▸ DATA IN THIS EXERCISE:
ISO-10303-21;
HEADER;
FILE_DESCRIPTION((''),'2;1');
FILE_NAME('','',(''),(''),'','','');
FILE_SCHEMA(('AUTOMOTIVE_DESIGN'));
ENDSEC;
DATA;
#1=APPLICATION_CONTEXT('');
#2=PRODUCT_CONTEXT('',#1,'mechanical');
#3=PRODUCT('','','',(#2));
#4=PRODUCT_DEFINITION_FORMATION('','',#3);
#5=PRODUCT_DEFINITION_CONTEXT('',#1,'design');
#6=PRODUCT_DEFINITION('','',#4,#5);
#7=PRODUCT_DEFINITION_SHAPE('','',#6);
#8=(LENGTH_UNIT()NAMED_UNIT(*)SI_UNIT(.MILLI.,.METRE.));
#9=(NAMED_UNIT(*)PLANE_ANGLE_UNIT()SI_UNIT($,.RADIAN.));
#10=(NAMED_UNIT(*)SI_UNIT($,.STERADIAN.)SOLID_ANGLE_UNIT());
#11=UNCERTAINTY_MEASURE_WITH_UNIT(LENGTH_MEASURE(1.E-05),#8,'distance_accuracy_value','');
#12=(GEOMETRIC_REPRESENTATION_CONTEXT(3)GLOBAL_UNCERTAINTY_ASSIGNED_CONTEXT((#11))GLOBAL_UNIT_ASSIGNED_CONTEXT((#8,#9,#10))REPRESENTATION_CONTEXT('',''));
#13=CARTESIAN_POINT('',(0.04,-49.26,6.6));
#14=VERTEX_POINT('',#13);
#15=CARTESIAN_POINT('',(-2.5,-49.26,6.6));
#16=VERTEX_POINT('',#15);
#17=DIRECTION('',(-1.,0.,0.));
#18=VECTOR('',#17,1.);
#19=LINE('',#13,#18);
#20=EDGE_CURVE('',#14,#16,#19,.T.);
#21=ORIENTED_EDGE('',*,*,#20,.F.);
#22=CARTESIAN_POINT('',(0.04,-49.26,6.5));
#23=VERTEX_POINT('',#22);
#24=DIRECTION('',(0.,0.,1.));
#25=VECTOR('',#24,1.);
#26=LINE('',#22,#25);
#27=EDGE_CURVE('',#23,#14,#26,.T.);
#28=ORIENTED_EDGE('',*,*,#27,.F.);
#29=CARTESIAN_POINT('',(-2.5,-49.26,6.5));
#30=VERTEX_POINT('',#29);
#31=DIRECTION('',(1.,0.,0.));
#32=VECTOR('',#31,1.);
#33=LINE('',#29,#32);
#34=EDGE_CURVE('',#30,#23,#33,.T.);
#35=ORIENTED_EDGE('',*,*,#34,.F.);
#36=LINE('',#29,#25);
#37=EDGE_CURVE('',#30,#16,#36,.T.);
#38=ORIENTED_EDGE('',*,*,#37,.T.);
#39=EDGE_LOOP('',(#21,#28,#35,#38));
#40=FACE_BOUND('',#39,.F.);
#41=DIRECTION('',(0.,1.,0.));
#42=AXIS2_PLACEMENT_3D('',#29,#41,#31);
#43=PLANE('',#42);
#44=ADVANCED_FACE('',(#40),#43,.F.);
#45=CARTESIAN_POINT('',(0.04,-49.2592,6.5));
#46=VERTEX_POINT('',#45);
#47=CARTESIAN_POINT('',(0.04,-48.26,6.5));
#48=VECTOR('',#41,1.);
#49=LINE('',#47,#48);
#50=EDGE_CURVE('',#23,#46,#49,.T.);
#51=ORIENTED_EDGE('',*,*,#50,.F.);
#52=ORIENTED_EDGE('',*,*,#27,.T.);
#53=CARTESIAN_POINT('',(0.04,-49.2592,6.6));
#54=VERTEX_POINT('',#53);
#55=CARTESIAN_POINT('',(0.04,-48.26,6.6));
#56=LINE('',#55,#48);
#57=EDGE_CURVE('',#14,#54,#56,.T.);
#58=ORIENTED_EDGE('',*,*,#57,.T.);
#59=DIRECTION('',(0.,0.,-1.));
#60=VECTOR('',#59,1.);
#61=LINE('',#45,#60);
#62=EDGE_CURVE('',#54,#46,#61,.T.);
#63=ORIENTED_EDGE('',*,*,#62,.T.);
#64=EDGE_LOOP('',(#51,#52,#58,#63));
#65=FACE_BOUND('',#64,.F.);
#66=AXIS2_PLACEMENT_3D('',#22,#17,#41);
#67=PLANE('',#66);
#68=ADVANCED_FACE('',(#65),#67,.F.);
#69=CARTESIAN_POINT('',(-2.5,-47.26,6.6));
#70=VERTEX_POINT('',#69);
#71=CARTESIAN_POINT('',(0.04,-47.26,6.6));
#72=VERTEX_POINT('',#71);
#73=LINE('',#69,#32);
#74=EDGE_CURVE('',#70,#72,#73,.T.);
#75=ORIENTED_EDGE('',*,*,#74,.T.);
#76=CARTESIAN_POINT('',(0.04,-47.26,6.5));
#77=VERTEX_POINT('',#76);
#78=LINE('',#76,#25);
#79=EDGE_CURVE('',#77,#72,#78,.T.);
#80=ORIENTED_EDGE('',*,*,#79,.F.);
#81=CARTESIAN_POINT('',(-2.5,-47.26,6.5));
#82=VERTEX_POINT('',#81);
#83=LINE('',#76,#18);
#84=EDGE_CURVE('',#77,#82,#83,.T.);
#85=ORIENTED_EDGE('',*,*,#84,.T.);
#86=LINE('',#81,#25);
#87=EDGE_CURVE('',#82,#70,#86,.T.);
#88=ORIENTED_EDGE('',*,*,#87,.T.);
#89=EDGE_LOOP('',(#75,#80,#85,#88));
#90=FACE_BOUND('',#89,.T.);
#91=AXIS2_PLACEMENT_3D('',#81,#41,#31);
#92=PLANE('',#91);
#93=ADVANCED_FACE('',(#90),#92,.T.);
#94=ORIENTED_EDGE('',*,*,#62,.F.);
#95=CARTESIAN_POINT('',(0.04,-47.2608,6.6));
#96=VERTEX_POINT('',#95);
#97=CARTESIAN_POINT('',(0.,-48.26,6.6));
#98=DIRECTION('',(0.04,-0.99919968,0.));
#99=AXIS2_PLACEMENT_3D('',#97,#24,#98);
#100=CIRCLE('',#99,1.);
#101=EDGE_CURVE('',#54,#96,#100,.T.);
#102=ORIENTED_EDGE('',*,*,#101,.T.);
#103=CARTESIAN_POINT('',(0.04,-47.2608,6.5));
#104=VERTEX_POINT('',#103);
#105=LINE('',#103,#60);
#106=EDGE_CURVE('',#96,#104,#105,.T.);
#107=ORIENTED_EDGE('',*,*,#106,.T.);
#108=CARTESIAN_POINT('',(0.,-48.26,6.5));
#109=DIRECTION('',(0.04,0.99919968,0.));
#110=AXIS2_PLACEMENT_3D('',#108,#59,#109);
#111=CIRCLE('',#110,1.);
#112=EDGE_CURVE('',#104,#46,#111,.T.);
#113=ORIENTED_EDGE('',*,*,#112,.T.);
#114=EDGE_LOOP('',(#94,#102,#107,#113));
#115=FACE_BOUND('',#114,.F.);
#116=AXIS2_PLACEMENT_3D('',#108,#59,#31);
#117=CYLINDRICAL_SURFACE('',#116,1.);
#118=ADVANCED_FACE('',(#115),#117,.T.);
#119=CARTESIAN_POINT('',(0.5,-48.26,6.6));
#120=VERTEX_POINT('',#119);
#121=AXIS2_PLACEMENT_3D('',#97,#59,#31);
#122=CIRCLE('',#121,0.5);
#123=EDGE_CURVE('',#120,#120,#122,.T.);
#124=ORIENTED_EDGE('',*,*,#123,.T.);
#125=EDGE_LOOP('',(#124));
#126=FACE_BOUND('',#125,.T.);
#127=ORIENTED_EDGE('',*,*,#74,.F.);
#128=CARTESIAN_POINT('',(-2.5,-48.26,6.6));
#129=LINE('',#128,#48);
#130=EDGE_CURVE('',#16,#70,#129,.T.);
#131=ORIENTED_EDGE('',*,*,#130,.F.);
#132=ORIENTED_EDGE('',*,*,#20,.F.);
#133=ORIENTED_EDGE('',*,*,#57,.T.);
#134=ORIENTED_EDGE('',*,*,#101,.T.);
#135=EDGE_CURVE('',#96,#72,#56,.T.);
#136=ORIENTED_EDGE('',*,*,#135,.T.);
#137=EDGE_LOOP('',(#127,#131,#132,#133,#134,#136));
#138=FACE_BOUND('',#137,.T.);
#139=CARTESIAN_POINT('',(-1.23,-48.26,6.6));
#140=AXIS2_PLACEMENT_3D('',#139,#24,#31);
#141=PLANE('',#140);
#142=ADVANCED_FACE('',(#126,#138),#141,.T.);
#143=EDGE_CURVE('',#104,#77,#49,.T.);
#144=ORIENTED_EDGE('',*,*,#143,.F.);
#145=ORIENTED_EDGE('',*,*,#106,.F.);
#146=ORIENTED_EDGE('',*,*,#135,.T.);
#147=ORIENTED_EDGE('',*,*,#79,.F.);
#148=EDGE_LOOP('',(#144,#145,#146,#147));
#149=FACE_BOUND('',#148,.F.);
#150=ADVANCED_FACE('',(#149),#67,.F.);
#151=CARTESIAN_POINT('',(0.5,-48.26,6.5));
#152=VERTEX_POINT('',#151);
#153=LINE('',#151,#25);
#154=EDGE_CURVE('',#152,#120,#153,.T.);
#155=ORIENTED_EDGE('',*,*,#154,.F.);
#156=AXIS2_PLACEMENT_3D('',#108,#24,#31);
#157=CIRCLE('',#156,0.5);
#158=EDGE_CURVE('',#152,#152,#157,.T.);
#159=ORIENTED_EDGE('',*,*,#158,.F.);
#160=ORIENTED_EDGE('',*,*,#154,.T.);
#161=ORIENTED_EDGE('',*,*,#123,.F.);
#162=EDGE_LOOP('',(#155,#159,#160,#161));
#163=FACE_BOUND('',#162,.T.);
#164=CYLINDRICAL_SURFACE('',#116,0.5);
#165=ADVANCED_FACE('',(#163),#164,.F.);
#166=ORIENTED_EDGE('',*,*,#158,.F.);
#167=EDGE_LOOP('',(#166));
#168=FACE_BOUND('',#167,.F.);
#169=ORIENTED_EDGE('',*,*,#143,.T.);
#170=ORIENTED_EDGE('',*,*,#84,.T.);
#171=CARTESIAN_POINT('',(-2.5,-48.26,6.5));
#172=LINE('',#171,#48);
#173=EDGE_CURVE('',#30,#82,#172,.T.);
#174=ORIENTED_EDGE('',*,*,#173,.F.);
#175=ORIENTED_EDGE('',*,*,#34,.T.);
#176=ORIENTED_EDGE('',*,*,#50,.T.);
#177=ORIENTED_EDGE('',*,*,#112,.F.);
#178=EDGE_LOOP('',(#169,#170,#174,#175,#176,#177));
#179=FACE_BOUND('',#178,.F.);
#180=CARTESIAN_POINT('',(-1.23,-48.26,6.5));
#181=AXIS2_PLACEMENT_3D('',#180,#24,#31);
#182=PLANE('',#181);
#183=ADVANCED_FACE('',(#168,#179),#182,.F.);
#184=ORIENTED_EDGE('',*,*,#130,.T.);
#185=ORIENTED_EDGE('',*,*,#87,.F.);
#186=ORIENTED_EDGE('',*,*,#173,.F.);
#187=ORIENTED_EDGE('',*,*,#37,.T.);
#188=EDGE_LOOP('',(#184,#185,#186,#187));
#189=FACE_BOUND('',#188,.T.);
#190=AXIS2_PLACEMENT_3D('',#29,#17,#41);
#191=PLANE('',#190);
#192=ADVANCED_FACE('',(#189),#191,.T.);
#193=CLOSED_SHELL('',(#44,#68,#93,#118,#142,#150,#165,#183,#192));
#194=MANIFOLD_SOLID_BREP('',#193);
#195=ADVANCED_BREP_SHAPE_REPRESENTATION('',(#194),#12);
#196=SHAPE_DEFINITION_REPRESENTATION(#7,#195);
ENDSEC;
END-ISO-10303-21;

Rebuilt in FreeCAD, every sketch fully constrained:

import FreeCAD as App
import Part
import Sketcher


def add_polygon(sketch, points):
    """Adds a closed chain of lines whose ends are joined by coincident constraints."""
    first, n = sketch.GeometryCount, len(points)
    for a, b in zip(points, points[1:] + points[:1]):
        sketch.addGeometry(Part.LineSegment(App.Vector(*a, 0), App.Vector(*b, 0)), False)
    for i in range(n):
        sketch.addConstraint(Sketcher.Constraint("Coincident", first + i, 2, first + (i + 1) % n, 1))

doc = App.newDocument("Part")
body = doc.addObject("PartDesign::Body", "Body")

# Sketch on XY plane
sketch1 = body.newObject("Sketcher::SketchObject", "Sketch")
sketch1.AttachmentSupport = (doc.getObject("XY_Plane"), [""])
sketch1.MapMode = "FlatFace"
sketch1.AttachmentOffset = App.Placement(App.Vector(0, 0, 1), App.Rotation())
sketch1.addGeometry(Part.Circle(App.Vector(0, 0, 0), App.Vector(0, 0, 1), 0.5), False)
sketch1.addConstraint(Sketcher.Constraint("Coincident", 0, 3, -1, 1))
sketch1.addConstraint(Sketcher.Constraint("Diameter", 0, 1.0))
pad1 = body.newObject("PartDesign::Pad", "Pad")
pad1.Profile = sketch1
pad1.Length = 0.1
body2 = doc.addObject("PartDesign::Body", "Body001")

# Sketch on XY plane
sketch2 = body2.newObject("Sketcher::SketchObject", "Sketch001")
sketch2.AttachmentSupport = (doc.getObject("XY_Plane001"), [""])
sketch2.MapMode = "FlatFace"
sketch2.AttachmentOffset = App.Placement(App.Vector(0, 0, 1), App.Rotation())
add_polygon(sketch2, [(-2.5, 1), (-2.5, -1), (0, -1), (0, 1)])  # lines 0-3
sketch2.addConstraint(Sketcher.Constraint("Vertical", 0))
sketch2.addConstraint(Sketcher.Constraint("Horizontal", 1))
sketch2.addConstraint(Sketcher.Constraint("Vertical", 2))
sketch2.addConstraint(Sketcher.Constraint("Horizontal", 3))
sketch2.addConstraint(Sketcher.Constraint("DistanceY", 0, 2, 0, 1, 2.0))
sketch2.addConstraint(Sketcher.Constraint("DistanceY", 0, 2, -1, 1, 1.0))
sketch2.addConstraint(Sketcher.Constraint("DistanceX", 1, 1, 1, 2, 2.54))
sketch2.addConstraint(Sketcher.Constraint("DistanceX", 0, 2, -1, 1, 2.5))
pad2 = body2.newObject("PartDesign::Pad", "Pad001")
pad2.Profile = sketch2
pad2.Length = 0.1
doc.recompute()

boolean = body2.newObject("PartDesign::Boolean", "Boolean")
boolean.Type = "Cut"
boolean.addObjects([body])
body3 = doc.addObject("PartDesign::Body", "Body002")

# Sketch on XY plane
sketch3 = body3.newObject("Sketcher::SketchObject", "Sketch002")
sketch3.AttachmentSupport = (doc.getObject("XY_Plane002"), [""])
sketch3.MapMode = "FlatFace"
sketch3.AttachmentOffset = App.Placement(App.Vector(0, 0, 1), App.Rotation())
sketch3.addGeometry(Part.Circle(App.Vector(0, 0, 0), App.Vector(0, 0, 1), 0.5), False)
sketch3.addConstraint(Sketcher.Constraint("Coincident", 0, 3, -1, 1))
sketch3.addConstraint(Sketcher.Constraint("Diameter", 0, 1.0))
pad3 = body3.newObject("PartDesign::Pad", "Pad002")
pad3.Profile = sketch3
pad3.Length = 0.1
body4 = doc.addObject("PartDesign::Body", "Body003")

# Sketch on XY plane
sketch4 = body4.newObject("Sketcher::SketchObject", "Sketch003")
sketch4.AttachmentSupport = (doc.getObject("XY_Plane003"), [""])
sketch4.MapMode = "FlatFace"
sketch4.AttachmentOffset = App.Placement(App.Vector(0, 0, 1), App.Rotation())
sketch4.addGeometry(Part.Circle(App.Vector(0, 0, 0), App.Vector(0, 0, 1), 1), False)
sketch4.addConstraint(Sketcher.Constraint("Coincident", 0, 3, -1, 1))
sketch4.addConstraint(Sketcher.Constraint("Diameter", 0, 2.0))
pad4 = body4.newObject("PartDesign::Pad", "Pad003")
pad4.Profile = sketch4
pad4.Length = 0.1
doc.recompute()

boolean2 = body4.newObject("PartDesign::Boolean", "Boolean001")
boolean2.Type = "Cut"
boolean2.addObjects([body3])
doc.recompute()

boolean3 = body4.newObject("PartDesign::Boolean", "Boolean002")
boolean3.Type = "Fuse"
boolean3.addObjects([body2])
body5 = doc.addObject("PartDesign::Body", "Body004")
doc.recompute()

body4.Placement = App.Placement(App.Vector(0, -48.26, 5.5), App.Rotation(App.Vector(0, 0, 1), 0))
boolean4 = body5.newObject("PartDesign::Boolean", "Boolean003")
boolean4.Type = "Fuse"
boolean4.addObjects([body4])

doc.recompute()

▸ INSTRUCTIONS FOR THE TASK:
All lines in the listing above between the line with "#124=ORIENTED_EDGE('',*,*,#123,.T.);" and the line with "#176=ORIENTED_EDGE('',*,*,#50,.T.);", inclusive, should be set down exactly, and no line outside that range.

▸ ANSWER SPACE:
#124=ORIENTED_EDGE('',*,*,#123,.T.);
#125=EDGE_LOOP('',(#124));
#126=FACE_BOUND('',#125,.T.);
#127=ORIENTED_EDGE('',*,*,#74,.F.);
#128=CARTESIAN_POINT('',(-2.5,-48.26,6.6));
#129=LINE('',#128,#48);
#130=EDGE_CURVE('',#16,#70,#129,.T.);
#131=ORIENTED_EDGE('',*,*,#130,.F.);
#132=ORIENTED_EDGE('',*,*,#20,.F.);
#133=ORIENTED_EDGE('',*,*,#57,.T.);
#134=ORIENTED_EDGE('',*,*,#101,.T.);
#135=EDGE_CURVE('',#96,#72,#56,.T.);
#136=ORIENTED_EDGE('',*,*,#135,.T.);
#137=EDGE_LOOP('',(#127,#131,#132,#133,#134,#136));
#138=FACE_BOUND('',#137,.T.);
#139=CARTESIAN_POINT('',(-1.23,-48.26,6.6));
#140=AXIS2_PLACEMENT_3D('',#139,#24,#31);
#141=PLANE('',#140);
#142=ADVANCED_FACE('',(#126,#138),#141,.T.);
#143=EDGE_CURVE('',#104,#77,#49,.T.);
#144=ORIENTED_EDGE('',*,*,#143,.F.);
#145=ORIENTED_EDGE('',*,*,#106,.F.);
#146=ORIENTED_EDGE('',*,*,#135,.T.);
#147=ORIENTED_EDGE('',*,*,#79,.F.);
#148=EDGE_LOOP('',(#144,#145,#146,#147));
#149=FACE_BOUND('',#148,.F.);
#150=ADVANCED_FACE('',(#149),#67,.F.);
#151=CARTESIAN_POINT('',(0.5,-48.26,6.5));
#152=VERTEX_POINT('',#151);
#153=LINE('',#151,#25);
#154=EDGE_CURVE('',#152,#120,#153,.T.);
#155=ORIENTED_EDGE('',*,*,#154,.F.);
#156=AXIS2_PLACEMENT_3D('',#108,#24,#31);
#157=CIRCLE('',#156,0.5);
#158=EDGE_CURVE('',#152,#152,#157,.T.);
#159=ORIENTED_EDGE('',*,*,#158,.F.);
#160=ORIENTED_EDGE('',*,*,#154,.T.);
#161=ORIENTED_EDGE('',*,*,#123,.F.);
#162=EDGE_LOOP('',(#155,#159,#160,#161));
#163=FACE_BOUND('',#162,.T.);
#164=CYLINDRICAL_SURFACE('',#116,0.5);
#165=ADVANCED_FACE('',(#163),#164,.F.);
#166=ORIENTED_EDGE('',*,*,#158,.F.);
#167=EDGE_LOOP('',(#166));
#168=FACE_BOUND('',#167,.F.);
#169=ORIENTED_EDGE('',*,*,#143,.T.);
#170=ORIENTED_EDGE('',*,*,#84,.T.);
#171=CARTESIAN_POINT('',(-2.5,-48.26,6.5));
#172=LINE('',#171,#48);
#173=EDGE_CURVE('',#30,#82,#172,.T.);
#174=ORIENTED_EDGE('',*,*,#173,.F.);
#175=ORIENTED_EDGE('',*,*,#34,.T.);
#176=ORIENTED_EDGE('',*,*,#50,.T.);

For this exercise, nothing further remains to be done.